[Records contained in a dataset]
Content starts
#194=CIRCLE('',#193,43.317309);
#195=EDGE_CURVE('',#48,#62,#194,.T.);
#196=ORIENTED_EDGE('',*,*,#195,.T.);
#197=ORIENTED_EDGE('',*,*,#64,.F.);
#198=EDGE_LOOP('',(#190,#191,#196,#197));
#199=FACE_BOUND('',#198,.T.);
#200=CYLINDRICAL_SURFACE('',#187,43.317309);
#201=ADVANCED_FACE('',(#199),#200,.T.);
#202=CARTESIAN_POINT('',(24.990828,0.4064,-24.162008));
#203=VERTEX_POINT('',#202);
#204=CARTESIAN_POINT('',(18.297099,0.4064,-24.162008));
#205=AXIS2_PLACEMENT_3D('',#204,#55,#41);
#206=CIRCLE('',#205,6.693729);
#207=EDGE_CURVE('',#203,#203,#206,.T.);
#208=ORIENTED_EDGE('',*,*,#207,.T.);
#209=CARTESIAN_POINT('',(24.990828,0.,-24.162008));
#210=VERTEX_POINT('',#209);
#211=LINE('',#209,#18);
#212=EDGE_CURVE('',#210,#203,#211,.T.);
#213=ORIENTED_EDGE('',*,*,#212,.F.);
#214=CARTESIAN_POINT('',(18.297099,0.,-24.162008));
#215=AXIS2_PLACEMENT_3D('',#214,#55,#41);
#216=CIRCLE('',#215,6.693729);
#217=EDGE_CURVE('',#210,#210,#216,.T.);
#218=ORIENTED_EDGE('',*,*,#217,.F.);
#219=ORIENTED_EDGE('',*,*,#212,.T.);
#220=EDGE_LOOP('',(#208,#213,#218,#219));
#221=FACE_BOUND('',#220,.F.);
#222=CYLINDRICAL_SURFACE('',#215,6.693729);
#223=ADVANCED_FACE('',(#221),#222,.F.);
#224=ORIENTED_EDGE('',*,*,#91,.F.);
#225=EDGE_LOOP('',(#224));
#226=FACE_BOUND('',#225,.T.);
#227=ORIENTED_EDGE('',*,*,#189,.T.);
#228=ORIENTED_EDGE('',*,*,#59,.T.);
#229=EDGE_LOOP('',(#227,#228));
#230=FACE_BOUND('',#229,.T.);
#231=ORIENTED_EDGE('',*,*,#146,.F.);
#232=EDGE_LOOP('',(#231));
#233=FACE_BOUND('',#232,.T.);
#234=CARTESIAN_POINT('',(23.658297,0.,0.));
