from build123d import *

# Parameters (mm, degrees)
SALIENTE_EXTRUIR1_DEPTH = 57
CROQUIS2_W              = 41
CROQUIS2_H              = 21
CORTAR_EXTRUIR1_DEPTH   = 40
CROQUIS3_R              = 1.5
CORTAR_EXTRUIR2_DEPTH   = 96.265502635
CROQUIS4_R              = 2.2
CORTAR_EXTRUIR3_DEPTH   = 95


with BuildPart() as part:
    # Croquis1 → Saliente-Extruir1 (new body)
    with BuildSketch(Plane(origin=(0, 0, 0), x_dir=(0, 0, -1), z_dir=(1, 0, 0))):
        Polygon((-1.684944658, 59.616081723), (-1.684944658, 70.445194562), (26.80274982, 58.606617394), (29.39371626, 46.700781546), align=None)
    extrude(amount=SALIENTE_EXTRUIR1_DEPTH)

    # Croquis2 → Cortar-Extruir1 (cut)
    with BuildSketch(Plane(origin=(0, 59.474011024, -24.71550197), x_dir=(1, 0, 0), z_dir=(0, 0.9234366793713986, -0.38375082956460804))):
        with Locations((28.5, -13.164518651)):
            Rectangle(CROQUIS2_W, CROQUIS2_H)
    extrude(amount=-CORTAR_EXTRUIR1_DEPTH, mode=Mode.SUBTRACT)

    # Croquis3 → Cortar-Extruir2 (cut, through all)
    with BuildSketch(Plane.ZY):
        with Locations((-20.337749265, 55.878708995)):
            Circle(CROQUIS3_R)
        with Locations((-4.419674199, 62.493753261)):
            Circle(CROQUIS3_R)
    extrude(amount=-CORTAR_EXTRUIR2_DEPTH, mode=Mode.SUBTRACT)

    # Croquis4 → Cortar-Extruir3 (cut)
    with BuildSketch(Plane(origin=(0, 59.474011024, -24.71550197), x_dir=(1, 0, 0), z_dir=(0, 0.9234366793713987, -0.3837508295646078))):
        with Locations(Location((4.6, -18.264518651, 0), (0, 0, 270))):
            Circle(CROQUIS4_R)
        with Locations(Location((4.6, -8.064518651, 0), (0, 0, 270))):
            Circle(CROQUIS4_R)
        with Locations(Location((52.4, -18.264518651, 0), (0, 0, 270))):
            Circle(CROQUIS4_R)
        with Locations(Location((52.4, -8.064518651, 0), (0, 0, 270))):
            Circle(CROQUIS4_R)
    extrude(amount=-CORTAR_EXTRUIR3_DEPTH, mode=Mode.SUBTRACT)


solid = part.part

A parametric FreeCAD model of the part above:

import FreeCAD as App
import Part
import Sketcher
from FreeCAD import Vector
Q = App.Units.Quantity


def add_polygon(sketch, points):
    """Adds a closed chain of lines whose ends are joined by coincident constraints."""
    first, n = sketch.GeometryCount, len(points)
    for a, b in zip(points, points[1:] + points[:1]):
        sketch.addGeometry(Part.LineSegment(App.Vector(*a, 0), App.Vector(*b, 0)), False)
    for i in range(n):
        sketch.addConstraint(Sketcher.Constraint("Coincident", first + i, 2, first + (i + 1) % n, 1))

doc = App.newDocument("Part")
body = doc.addObject("PartDesign::Body", "Body")

# Sketch on YZ plane
sketch1 = body.newObject("Sketcher::SketchObject", "Sketch")
sketch1.AttachmentSupport = (doc.getObject("YZ_Plane"), [""])
sketch1.MapMode = "FlatFace"
add_polygon(sketch1, [(70, 2), (60, 2), (47, -29), (59, -27)])  # lines 0-3
sketch1.addConstraint([
    Sketcher.Constraint("Horizontal", 0),
    Sketcher.Constraint("Parallel", 1, 3),
    Sketcher.Constraint("Distance", 2, Q("12.1845 mm")),
    Sketcher.Constraint("DistanceX", 1, 2, 0, 2, Q("12.9153 mm")),
    Sketcher.Constraint("DistanceX", 0, 2, 0, 1, Q("10.829113 mm")),
    Sketcher.Constraint("DistanceX", -1, 1, 0, 2, Q("59.616082 mm")),
    Sketcher.Constraint("DistanceY", 2, 2, -1, 1, Q("26.80275 mm")),
    Sketcher.Constraint("DistanceY", 1, 2, 0, 2, Q("31.078661 mm")),
])
pad1 = body.newObject("PartDesign::Pad", "Pad")
pad1.Profile = sketch1
pad1.Length = 57

# Sketch on an angled plane
sketch2 = body.newObject("Sketcher::SketchObject", "Sketch001")
sketch2.Placement = App.Placement(Vector(0, 59.474011, -24.715502), App.Rotation(Vector(1, 0, 0), Vector(0, -0.38375083, -0.923436679), Vector(0, 0.923436679, -0.38375083), "ZXY"))
add_polygon(sketch2, [(8, -3), (8, -24), (49, -24), (49, -3)])  # lines 0-3
sketch2.addConstraint([
    Sketcher.Constraint("Vertical", 0),
    Sketcher.Constraint("Horizontal", 1),
    Sketcher.Constraint("Vertical", 2),
    Sketcher.Constraint("Horizontal", 3),
    Sketcher.Constraint("DistanceX", 1, 1, 1, 2, Q("41 mm")),
    Sketcher.Constraint("DistanceY", 0, 2, 0, 1, Q("21 mm")),
    Sketcher.Constraint("DistanceX", -1, 1, 0, 2, Q("8 mm")),
    Sketcher.Constraint("DistanceY", 0, 2, -1, 1, Q("23.664519 mm")),
])
pocket1 = body.newObject("PartDesign::Pocket", "Pocket")
pocket1.Profile = sketch2
pocket1.Length = 40

# Sketch on YZ plane
sketch3 = body.newObject("Sketcher::SketchObject", "Sketch002")
sketch3.AttachmentSupport = (doc.getObject("YZ_Plane"), [""])
sketch3.MapMode = "FlatFace"
sketch3.addGeometry([
    Part.Circle(Vector(55.9, -20.3, 0), Vector(0, 0, 1), 1.5),
    Part.Circle(Vector(62.5, -4.4, 0), Vector(0, 0, 1), 1.5),
], False)
sketch3.addConstraint([
    Sketcher.Constraint("Equal", 0, 1),
    Sketcher.Constraint("Diameter", 0, Q("3 mm")),
    Sketcher.Constraint("DistanceX", -1, 1, 0, 3, Q("55.878709 mm")),
    Sketcher.Constraint("DistanceY", 0, 3, -1, 1, Q("20.337749 mm")),
    Sketcher.Constraint("DistanceX", -1, 1, 1, 3, Q("62.493753 mm")),
    Sketcher.Constraint("DistanceY", 1, 3, -1, 1, Q("4.419674 mm")),
])
pocket2 = body.newObject("PartDesign::Pocket", "Pocket001")
pocket2.Profile = sketch3
pocket2.Type = "ThroughAll"
pocket2.Reversed = True

# Sketch on an angled plane
sketch4 = body.newObject("Sketcher::SketchObject", "Sketch003")
sketch4.Placement = App.Placement(Vector(0, 59.474011, -24.715502), App.Rotation(Vector(1, 0, 0), Vector(0, -0.38375083, -0.923436679), Vector(0, 0.923436679, -0.38375083), "ZXY"))
sketch4.addGeometry([
    Part.Circle(Vector(4.6, -18.3, 0), Vector(0, 0, 1), 2.2),
    Part.Circle(Vector(4.6, -8.1, 0), Vector(0, 0, 1), 2.2),
    Part.Circle(Vector(52.4, -18.3, 0), Vector(0, 0, 1), 2.2),
    Part.Circle(Vector(52.4, -8.1, 0), Vector(0, 0, 1), 2.2),
], False)
sketch4.addConstraint([
    Sketcher.Constraint("Equal", 0, 1),
    Sketcher.Constraint("Equal", 1, 2),
    Sketcher.Constraint("Equal", 2, 3),
    Sketcher.Constraint("Horizontal", 0, 3, 2, 3),
    Sketcher.Constraint("Horizontal", 1, 3, 3, 3),
    Sketcher.Constraint("Vertical", 0, 3, 1, 3),
    Sketcher.Constraint("Vertical", 2, 3, 3, 3),
    Sketcher.Constraint("Diameter", 0, Q("4.4 mm")),
    Sketcher.Constraint("DistanceX", -1, 1, 0, 3, Q("4.6 mm")),
    Sketcher.Constraint("DistanceX", -1, 1, 2, 3, Q("52.4 mm")),
    Sketcher.Constraint("DistanceY", 0, 3, 1, 3, Q("10.2 mm")),
    Sketcher.Constraint("DistanceY", 0, 3, -1, 1, Q("18.264519 mm")),
])
pocket3 = body.newObject("PartDesign::Pocket", "Pocket002")
pocket3.Profile = sketch4
pocket3.Length = 95

doc.recompute()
Content ends
WHAT THE TASK ASKS: Taking the lines above, repeat exactly those from the line that contains "#210=VERTEX_POINT('',#209);" through the line that contains "# Croquis4 → Cortar-Extruir3 (cut)", and both of those lines as well. Include nothing else.

THE ANSWER:
#210=VERTEX_POINT('',#209);
#211=LINE('',#209,#18);
#212=EDGE_CURVE('',#210,#203,#211,.T.);
#213=ORIENTED_EDGE('',*,*,#212,.F.);
#214=CARTESIAN_POINT('',(18.297099,0.,-24.162008));
#215=AXIS2_PLACEMENT_3D('',#214,#55,#41);
#216=CIRCLE('',#215,6.693729);
#217=EDGE_CURVE('',#210,#210,#216,.T.);
#218=ORIENTED_EDGE('',*,*,#217,.F.);
#219=ORIENTED_EDGE('',*,*,#212,.T.);
#220=EDGE_LOOP('',(#208,#213,#218,#219));
#221=FACE_BOUND('',#220,.F.);
#222=CYLINDRICAL_SURFACE('',#215,6.693729);
#223=ADVANCED_FACE('',(#221),#222,.F.);
#224=ORIENTED_EDGE('',*,*,#91,.F.);
#225=EDGE_LOOP('',(#224));
#226=FACE_BOUND('',#225,.T.);
#227=ORIENTED_EDGE('',*,*,#189,.T.);
#228=ORIENTED_EDGE('',*,*,#59,.T.);
#229=EDGE_LOOP('',(#227,#228));
#230=FACE_BOUND('',#229,.T.);
#231=ORIENTED_EDGE('',*,*,#146,.F.);
#232=EDGE_LOOP('',(#231));
#233=FACE_BOUND('',#232,.T.);
#234=CARTESIAN_POINT('',(23.658297,0.,0.));
from build123d import *

# Parameters (mm, degrees)
SALIENTE_EXTRUIR1_DEPTH = 57
CROQUIS2_W              = 41
CROQUIS2_H              = 21
CORTAR_EXTRUIR1_DEPTH   = 40
CROQUIS3_R              = 1.5
CORTAR_EXTRUIR2_DEPTH   = 96.265502635
CROQUIS4_R              = 2.2
CORTAR_EXTRUIR3_DEPTH   = 95


with BuildPart() as part:
    # Croquis1 → Saliente-Extruir1 (new body)
    with BuildSketch(Plane(origin=(0, 0, 0), x_dir=(0, 0, -1), z_dir=(1, 0, 0))):
        Polygon((-1.684944658, 59.616081723), (-1.684944658, 70.445194562), (26.80274982, 58.606617394), (29.39371626, 46.700781546), align=None)
    extrude(amount=SALIENTE_EXTRUIR1_DEPTH)

    # Croquis2 → Cortar-Extruir1 (cut)
    with BuildSketch(Plane(origin=(0, 59.474011024, -24.71550197), x_dir=(1, 0, 0), z_dir=(0, 0.9234366793713986, -0.38375082956460804))):
        with Locations((28.5, -13.164518651)):
            Rectangle(CROQUIS2_W, CROQUIS2_H)
    extrude(amount=-CORTAR_EXTRUIR1_DEPTH, mode=Mode.SUBTRACT)

    # Croquis3 → Cortar-Extruir2 (cut, through all)
    with BuildSketch(Plane.ZY):
        with Locations((-20.337749265, 55.878708995)):
            Circle(CROQUIS3_R)
        with Locations((-4.419674199, 62.493753261)):
            Circle(CROQUIS3_R)
    extrude(amount=-CORTAR_EXTRUIR2_DEPTH, mode=Mode.SUBTRACT)

    # Croquis4 → Cortar-Extruir3 (cut)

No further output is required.